Developing Your Franchise Offering, Part Three | Be The Boss

Developing Your Franchise Offering, Part Three

Michael Seid

Date

Aug 13, 2019

In MSA’s five-part series on the Threshold Analysis, we discuss how to evaluate whether your business is ready to franchise. This series looks at the approach MSA takes when designing and developing a franchise system for our clients.

Market Selection Overview

Franchising for the most part is a critical mass-driven business. Too often a franchisor’s geographic expansion is determined by factors other than planning, and instead is substantially driven by where the prospective franchisee’s calls originate. If you are working with a franchise broker, frequently they will present you with opportunities outside of your geographic target – and often those should be rejected if you can’t support franchisees in those markets. An unplanned growth strategy can have detrimental consequences, as the cost of supporting franchisees and the capability to enforce brand standards become increasingly difficult for new franchisors as the distance between franchised locations and your headquarters increases.

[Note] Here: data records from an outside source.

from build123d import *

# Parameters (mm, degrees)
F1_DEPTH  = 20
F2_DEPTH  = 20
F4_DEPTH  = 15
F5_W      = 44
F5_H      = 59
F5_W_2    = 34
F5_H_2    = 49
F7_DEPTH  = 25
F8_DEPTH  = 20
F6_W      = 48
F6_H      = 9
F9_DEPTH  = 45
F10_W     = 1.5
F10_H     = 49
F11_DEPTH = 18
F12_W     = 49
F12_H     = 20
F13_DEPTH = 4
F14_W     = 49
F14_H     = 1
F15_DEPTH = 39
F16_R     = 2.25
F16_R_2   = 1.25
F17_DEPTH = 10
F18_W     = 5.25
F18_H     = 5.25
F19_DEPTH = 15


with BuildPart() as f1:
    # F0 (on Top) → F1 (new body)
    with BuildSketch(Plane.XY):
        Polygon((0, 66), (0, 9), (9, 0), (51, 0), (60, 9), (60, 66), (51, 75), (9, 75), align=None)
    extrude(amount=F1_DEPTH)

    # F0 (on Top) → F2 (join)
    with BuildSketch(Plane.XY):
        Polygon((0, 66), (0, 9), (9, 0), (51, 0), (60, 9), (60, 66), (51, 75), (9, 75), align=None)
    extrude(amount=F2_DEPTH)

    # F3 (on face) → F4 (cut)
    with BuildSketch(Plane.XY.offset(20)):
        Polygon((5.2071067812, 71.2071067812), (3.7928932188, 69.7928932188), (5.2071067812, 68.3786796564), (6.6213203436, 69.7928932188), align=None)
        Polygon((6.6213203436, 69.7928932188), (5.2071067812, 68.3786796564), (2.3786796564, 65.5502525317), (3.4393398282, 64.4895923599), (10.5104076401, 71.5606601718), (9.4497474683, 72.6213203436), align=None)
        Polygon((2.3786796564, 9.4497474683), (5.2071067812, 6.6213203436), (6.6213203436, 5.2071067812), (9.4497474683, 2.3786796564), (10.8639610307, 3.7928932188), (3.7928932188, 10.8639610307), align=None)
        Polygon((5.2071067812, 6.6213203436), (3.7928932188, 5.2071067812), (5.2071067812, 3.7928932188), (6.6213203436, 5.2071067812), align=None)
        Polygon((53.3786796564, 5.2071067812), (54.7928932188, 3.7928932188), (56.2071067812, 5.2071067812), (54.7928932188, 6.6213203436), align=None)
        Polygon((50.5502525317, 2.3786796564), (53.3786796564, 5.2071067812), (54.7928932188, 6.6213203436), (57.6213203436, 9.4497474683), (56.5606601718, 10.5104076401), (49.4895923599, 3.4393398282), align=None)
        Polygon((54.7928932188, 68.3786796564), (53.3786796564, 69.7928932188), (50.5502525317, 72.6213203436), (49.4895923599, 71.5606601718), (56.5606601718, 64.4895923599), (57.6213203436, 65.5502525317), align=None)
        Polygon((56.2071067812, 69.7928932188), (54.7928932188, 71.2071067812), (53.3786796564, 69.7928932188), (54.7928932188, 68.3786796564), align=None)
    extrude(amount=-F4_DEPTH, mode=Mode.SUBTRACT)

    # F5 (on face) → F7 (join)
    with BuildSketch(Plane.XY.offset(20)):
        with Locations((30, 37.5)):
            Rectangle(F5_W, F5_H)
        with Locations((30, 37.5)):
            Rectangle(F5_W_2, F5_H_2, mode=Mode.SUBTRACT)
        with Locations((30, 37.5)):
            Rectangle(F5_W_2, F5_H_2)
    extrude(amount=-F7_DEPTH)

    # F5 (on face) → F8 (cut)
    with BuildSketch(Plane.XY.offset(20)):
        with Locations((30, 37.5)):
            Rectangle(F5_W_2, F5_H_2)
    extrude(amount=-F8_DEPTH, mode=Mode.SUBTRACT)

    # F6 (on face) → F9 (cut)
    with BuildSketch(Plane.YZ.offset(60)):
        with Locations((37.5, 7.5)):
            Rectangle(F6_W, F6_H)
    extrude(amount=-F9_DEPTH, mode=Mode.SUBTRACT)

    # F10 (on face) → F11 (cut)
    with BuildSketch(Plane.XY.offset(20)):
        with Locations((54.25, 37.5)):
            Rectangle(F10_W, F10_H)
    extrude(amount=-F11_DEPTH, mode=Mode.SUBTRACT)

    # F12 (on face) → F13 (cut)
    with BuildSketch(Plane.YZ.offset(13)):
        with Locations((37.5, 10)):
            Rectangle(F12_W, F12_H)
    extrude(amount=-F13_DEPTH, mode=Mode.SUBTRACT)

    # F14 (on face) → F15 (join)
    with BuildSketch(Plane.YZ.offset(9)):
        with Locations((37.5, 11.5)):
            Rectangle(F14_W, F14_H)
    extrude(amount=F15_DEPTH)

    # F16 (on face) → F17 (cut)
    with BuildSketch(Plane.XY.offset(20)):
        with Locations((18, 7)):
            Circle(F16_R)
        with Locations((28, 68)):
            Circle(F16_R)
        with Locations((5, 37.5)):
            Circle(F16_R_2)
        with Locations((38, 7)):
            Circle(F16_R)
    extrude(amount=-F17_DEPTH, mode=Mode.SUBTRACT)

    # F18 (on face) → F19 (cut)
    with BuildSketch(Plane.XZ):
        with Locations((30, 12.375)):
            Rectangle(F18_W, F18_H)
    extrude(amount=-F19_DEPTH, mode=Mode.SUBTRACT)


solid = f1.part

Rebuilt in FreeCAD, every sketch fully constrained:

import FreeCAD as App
import Part
import Sketcher
Q = App.Units.Quantity

doc = App.newDocument("Part")
params = doc.addObject("Spreadsheet::Sheet", "Params")
for row, (alias, value) in enumerate([
    ("sketch1_width", "42 mm"),
    ("sketch1_height", "57 mm"),
    ("pad1_length", "20 mm"),
    ("sketch2_width", "42 mm"),
    ("sketch2_height", "57 mm"),
    ("pad2_length", "20 mm"),
    ("sketch3_length", "2 mm"),
    ("sketch3_length2", "1.5 mm"),
    ("pocket1_length", "15 mm"),
    ("sketch4_width", "44 mm"),
    ("sketch4_height", "59 mm"),
    ("pad3_length", "25 mm"),
    ("sketch5_width", "34 mm"),
    ("sketch5_height", "49 mm"),
    ("pocket2_length", "20 mm"),
    ("sketch6_width", "48 mm"),
    ("sketch6_height", "9 mm"),
    ("pocket3_length", "45 mm"),
    ("sketch7_height", "49 mm"),
    ("sketch7_width", "1.5 mm"),
    ("pocket4_length", "18 mm"),
    ("sketch8_width", "49 mm"),
    ("sketch8_height", "20 mm"),
    ("pocket5_length", "4 mm"),
    ("sketch9_width", "49 mm"),
    ("sketch9_height", "1 mm"),
    ("pad4_length", "39 mm"),
    ("sketch10_diameter", "4.5 mm"),
    ("sketch10_diameter2", "2.5 mm"),
    ("pocket6_length", "10 mm"),
    ("sketch11_width", "5.25 mm"),
    ("pocket7_length", "15 mm"),
], start=1):
    params.set(f"A{row}", alias)
    params.set(f"B{row}", "=" + value)
    params.setAlias(f"B{row}", alias)

body = doc.addObject("PartDesign::Body", "Body")

# Sketch on XY plane
sketch1 = doc.addObject("Sketcher::SketchObject", "Sketch")
body.addObject(sketch1)
sketch1.AttachmentSupport = (doc.XY_Plane, [""])
sketch1.MapMode = "FlatFace"
sketch1.addGeometry(Part.LineSegment(App.Vector(0, 66, 0), App.Vector(0, 9, 0)), False)
sketch1.addGeometry(Part.LineSegment(App.Vector(0, 9, 0), App.Vector(9, 0, 0)), False)
sketch1.addGeometry(Part.LineSegment(App.Vector(9, 0, 0), App.Vector(51, 0, 0)), False)
sketch1.addGeometry(Part.LineSegment(App.Vector(51, 0, 0), App.Vector(60, 9, 0)), False)
sketch1.addGeometry(Part.LineSegment(App.Vector(60, 9, 0), App.Vector(60, 66, 0)), False)
sketch1.addGeometry(Part.LineSegment(App.Vector(60, 66, 0), App.Vector(51, 75, 0)), False)
sketch1.addGeometry(Part.LineSegment(App.Vector(51, 75, 0), App.Vector(9, 75, 0)), False)
sketch1.addGeometry(Part.LineSegment(App.Vector(9, 75, 0), App.Vector(0, 66, 0)), False)
sketch1.addConstraint(Sketcher.Constraint("Coincident", 0, 2, 1, 1))
sketch1.addConstraint(Sketcher.Constraint("Coincident", 1, 2, 2, 1))
sketch1.addConstraint(Sketcher.Constraint("Coincident", 2, 2, 3, 1))
sketch1.addConstraint(Sketcher.Constraint("Coincident", 3, 2, 4, 1))
sketch1.addConstraint(Sketcher.Constraint("Coincident", 4, 2, 5, 1))
sketch1.addConstraint(Sketcher.Constraint("Coincident", 5, 2, 6, 1))
sketch1.addConstraint(Sketcher.Constraint("Coincident", 6, 2, 7, 1))
sketch1.addConstraint(Sketcher.Constraint("Coincident", 7, 2, 0, 1))
sketch1.addConstraint(Sketcher.Constraint("Vertical", 0))
sketch1.addConstraint(Sketcher.Constraint("Horizontal", 2))
sketch1.addConstraint(Sketcher.Constraint("Vertical", 4))
sketch1.addConstraint(Sketcher.Constraint("Horizontal", 6))
sketch1.addConstraint(Sketcher.Constraint("PointOnObject", 0, 2, -2))
sketch1.addConstraint(Sketcher.Constraint("PointOnObject", 1, 2, -1))
sketch1.addConstraint(Sketcher.Constraint("Perpendicular", 1, 3))
sketch1.addConstraint(Sketcher.Constraint("Perpendicular", 3, 5))
sketch1.addConstraint(Sketcher.Constraint("Perpendicular", 5, 7))
sketch1.addConstraint(Sketcher.Constraint("Horizontal", 0, 2, 3, 2))
sketch1.addConstraint(Sketcher.Constraint("Horizontal", 4, 2, 7, 2))
sketch1.addConstraint(Sketcher.Constraint("Vertical", 2, 2, 5, 2))
sketch1.addConstraint(Sketcher.Constraint("Vertical", 1, 2, 6, 2))
sketch1.addConstraint(Sketcher.Constraint("DistanceX", 2, 1, 2, 2, Q("42 mm")))
sketch1.addConstraint(Sketcher.Constraint("DistanceY", 0, 2, 0, 1, Q("57 mm")))
sketch1.addConstraint(Sketcher.Constraint("DistanceY", -1, 1, 0, 2, Q("9 mm")))
sketch1.setExpression("Constraints[21]", "Params.sketch1_width")
sketch1.setExpression("Constraints[22]", "Params.sketch1_height")
pad1 = doc.addObject("PartDesign::Pad", "Pad")
body.addObject(pad1)
pad1.Profile = sketch1
pad1.setExpression("Length", "Params.pad1_length")

# Sketch on XY plane
sketch2 = doc.addObject("Sketcher::SketchObject", "Sketch001")
body.addObject(sketch2)
sketch2.AttachmentSupport = (doc.XY_Plane, [""])
sketch2.MapMode = "FlatFace"
sketch2.addGeometry(Part.LineSegment(App.Vector(0, 66, 0), App.Vector(0, 9, 0)), False)
sketch2.addGeometry(Part.LineSegment(App.Vector(0, 9, 0), App.Vector(9, 0, 0)), False)
sketch2.addGeometry(Part.LineSegment(App.Vector(9, 0, 0), App.Vector(51, 0, 0)), False)
sketch2.addGeometry(Part.LineSegment(App.Vector(51, 0, 0), App.Vector(60, 9, 0)), False)
sketch2.addGeometry(Part.LineSegment(App.Vector(60, 9, 0), App.Vector(60, 66, 0)), False)
sketch2.addGeometry(Part.LineSegment(App.Vector(60, 66, 0), App.Vector(51, 75, 0)), False)
sketch2.addGeometry(Part.LineSegment(App.Vector(51, 75, 0), App.Vector(9, 75, 0)), False)
sketch2.addGeometry(Part.LineSegment(App.Vector(9, 75, 0), App.Vector(0, 66, 0)), False)
sketch2.addConstraint(Sketcher.Constraint("Coincident", 0, 2, 1, 1))
sketch2.addConstraint(Sketcher.Constraint("Coincident", 1, 2, 2, 1))
sketch2.addConstraint(Sketcher.Constraint("Coincident", 2, 2, 3, 1))
sketch2.addConstraint(Sketcher.Constraint("Coincident", 3, 2, 4, 1))
sketch2.addConstraint(Sketcher.Constraint("Coincident", 4, 2, 5, 1))
sketch2.addConstraint(Sketcher.Constraint("Coincident", 5, 2, 6, 1))
sketch2.addConstraint(Sketcher.Constraint("Coincident", 6, 2, 7, 1))
sketch2.addConstraint(Sketcher.Constraint("Coincident", 7, 2, 0, 1))
sketch2.addConstraint(Sketcher.Constraint("Vertical", 0))
sketch2.addConstraint(Sketcher.Constraint("Horizontal", 2))
sketch2.addConstraint(Sketcher.Constraint("Vertical", 4))
sketch2.addConstraint(Sketcher.Constraint("Horizontal", 6))
sketch2.addConstraint(Sketcher.Constraint("PointOnObject", 0, 2, -2))
sketch2.addConstraint(Sketcher.Constraint("PointOnObject", 1, 2, -1))
sketch2.addConstraint(Sketcher.Constraint("Perpendicular", 1, 3))
sketch2.addConstraint(Sketcher.Constraint("Perpendicular", 3, 5))
sketch2.addConstraint(Sketcher.Constraint("Perpendicular", 5, 7))
sketch2.addConstraint(Sketcher.Constraint("Horizontal", 0, 2, 3, 2))
sketch2.addConstraint(Sketcher.Constraint("Horizontal", 4, 2, 7, 2))
sketch2.addConstraint(Sketcher.Constraint("Vertical", 2, 2, 5, 2))
sketch2.addConstraint(Sketcher.Constraint("Vertical", 1, 2, 6, 2))
sketch2.addConstraint(Sketcher.Constraint("DistanceX", 2, 1, 2, 2, Q("42 mm")))
sketch2.addConstraint(Sketcher.Constraint("DistanceY", 0, 2, 0, 1, Q("57 mm")))
sketch2.addConstraint(Sketcher.Constraint("DistanceY", -1, 1, 0, 2, Q("9 mm")))
sketch2.setExpression("Constraints[21]", "Params.sketch2_width")
sketch2.setExpression("Constraints[22]", "Params.sketch2_height")
pad2 = doc.addObject("PartDesign::Pad", "Pad001")
body.addObject(pad2)
pad2.Profile = sketch2
pad2.setExpression("Length", "Params.pad2_length")

# Sketch on XY plane
sketch3 = doc.addObject("Sketcher::SketchObject", "Sketch002")
body.addObject(sketch3)
sketch3.AttachmentSupport = (doc.XY_Plane, [""])
sketch3.MapMode = "FlatFace"
sketch3.AttachmentOffset = App.Placement(App.Vector(0, 0, 20), App.Rotation())
sketch3.addGeometry(Part.LineSegment(App.Vector(5.2, 71.2, 0), App.Vector(3.8, 69.8, 0)), False)
sketch3.addGeometry(Part.LineSegment(App.Vector(3.8, 69.8, 0), App.Vector(5.2, 68.4, 0)), False)
sketch3.addGeometry(Part.LineSegment(App.Vector(5.2, 68.4, 0), App.Vector(2.4, 65.6, 0)), False)
sketch3.addGeometry(Part.LineSegment(App.Vector(2.4, 65.6, 0), App.Vector(3.4, 64.5, 0)), False)
sketch3.addGeometry(Part.LineSegment(App.Vector(3.4, 64.5, 0), App.Vector(10.5, 71.6, 0)), False)
sketch3.addGeometry(Part.LineSegment(App.Vector(10.5, 71.6, 0), App.Vector(9.4, 72.6, 0)), False)
sketch3.addGeometry(Part.LineSegment(App.Vector(9.4, 72.6, 0), App.Vector(6.6, 69.8, 0)), False)
sketch3.addGeometry(Part.LineSegment(App.Vector(6.6, 69.8, 0), App.Vector(5.2, 71.2, 0)), False)
sketch3.addGeometry(Part.LineSegment(App.Vector(2.4, 9.4, 0), App.Vector(5.2, 6.6, 0)), False)
sketch3.addGeometry(Part.LineSegment(App.Vector(5.2, 6.6, 0), App.Vector(3.8, 5.2, 0)), False)
sketch3.addGeometry(Part.LineSegment(App.Vector(3.8, 5.2, 0), App.Vector(5.2, 3.8, 0)), False)
sketch3.addGeometry(Part.LineSegment(App.Vector(5.2, 3.8, 0), App.Vector(6.6, 5.2, 0)), False)
sketch3.addGeometry(Part.LineSegment(App.Vector(6.6, 5.2, 0), App.Vector(9.4, 2.4, 0)), False)
sketch3.addGeometry(Part.LineSegment(App.Vector(9.4, 2.4, 0), App.Vector(10.9, 3.8, 0)), False)
sketch3.addGeometry(Part.LineSegment(App.Vector(10.9, 3.8, 0), App.Vector(3.8, 10.9, 0)), False)
sketch3.addGeometry(Part.LineSegment(App.Vector(3.8, 10.9, 0), App.Vector(2.4, 9.4, 0)), False)
sketch3.addGeometry(Part.LineSegment(App.Vector(53.4, 5.2, 0), App.Vector(54.8, 3.8, 0)), False)
sketch3.addGeometry(Part.LineSegment(App.Vector(54.8, 3.8, 0), App.Vector(56.2, 5.2, 0)), False)
sketch3.addGeometry(Part.LineSegment(App.Vector(56.2, 5.2, 0), App.Vector(54.8, 6.6, 0)), False)
sketch3.addGeometry(Part.LineSegment(App.Vector(54.8, 6.6, 0), App.Vector(57.6, 9.4, 0)), False)
sketch3.addGeometry(Part.LineSegment(App.Vector(57.6, 9.4, 0), App.Vector(56.6, 10.5, 0)), False)
sketch3.addGeometry(Part.LineSegment(App.Vector(56.6, 10.5, 0), App.Vector(49.5, 3.4, 0)), False)
sketch3.addGeometry(Part.LineSegment(App.Vector(49.5, 3.4, 0), App.Vector(50.6, 2.4, 0)), False)
sketch3.addGeometry(Part.LineSegment(App.Vector(50.6, 2.4, 0), App.Vector(53.4, 5.2, 0)), False)
sketch3.addGeometry(Part.LineSegment(App.Vector(53.4, 69.8, 0), App.Vector(50.6, 72.6, 0)), False)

Markets targeted for expansion should primarily focus on enhancing the franchisee’s and franchisor’s bottom line. The factors you need to consider in establishing your geographic growth strategy include:

  • Markets in which you have established brand and concept recognition
  • Critical mass requirements
  • Supply chain capabilities
  • Field support capabilities including labor cost, staff availability, and time required to provide the necessary support services
  • Established competition
  • Available and affordable real estate
  • Relationship laws
  • Affordable franchise sales marketing
  • Available strategic multi-unit franchisees
  • Language requirements, etc.

Critical mass enables the franchise system to achieve market dominance over other chains and local independents, enhances financial viability for the franchisees in the market, and allows you to develop a sustainable revenue stream necessary to provide franchisees with the required brand support. An indirect benefit to planned expansion will be your ability to establish better real-estate broker relationships and attract better locations under more advantageous terms as the brand becomes stronger in the targeted markets. It is generally far better for an emerging franchisor to develop strong regional brand presence than to have locations scattered over a large geographic area that may be difficult to financially support.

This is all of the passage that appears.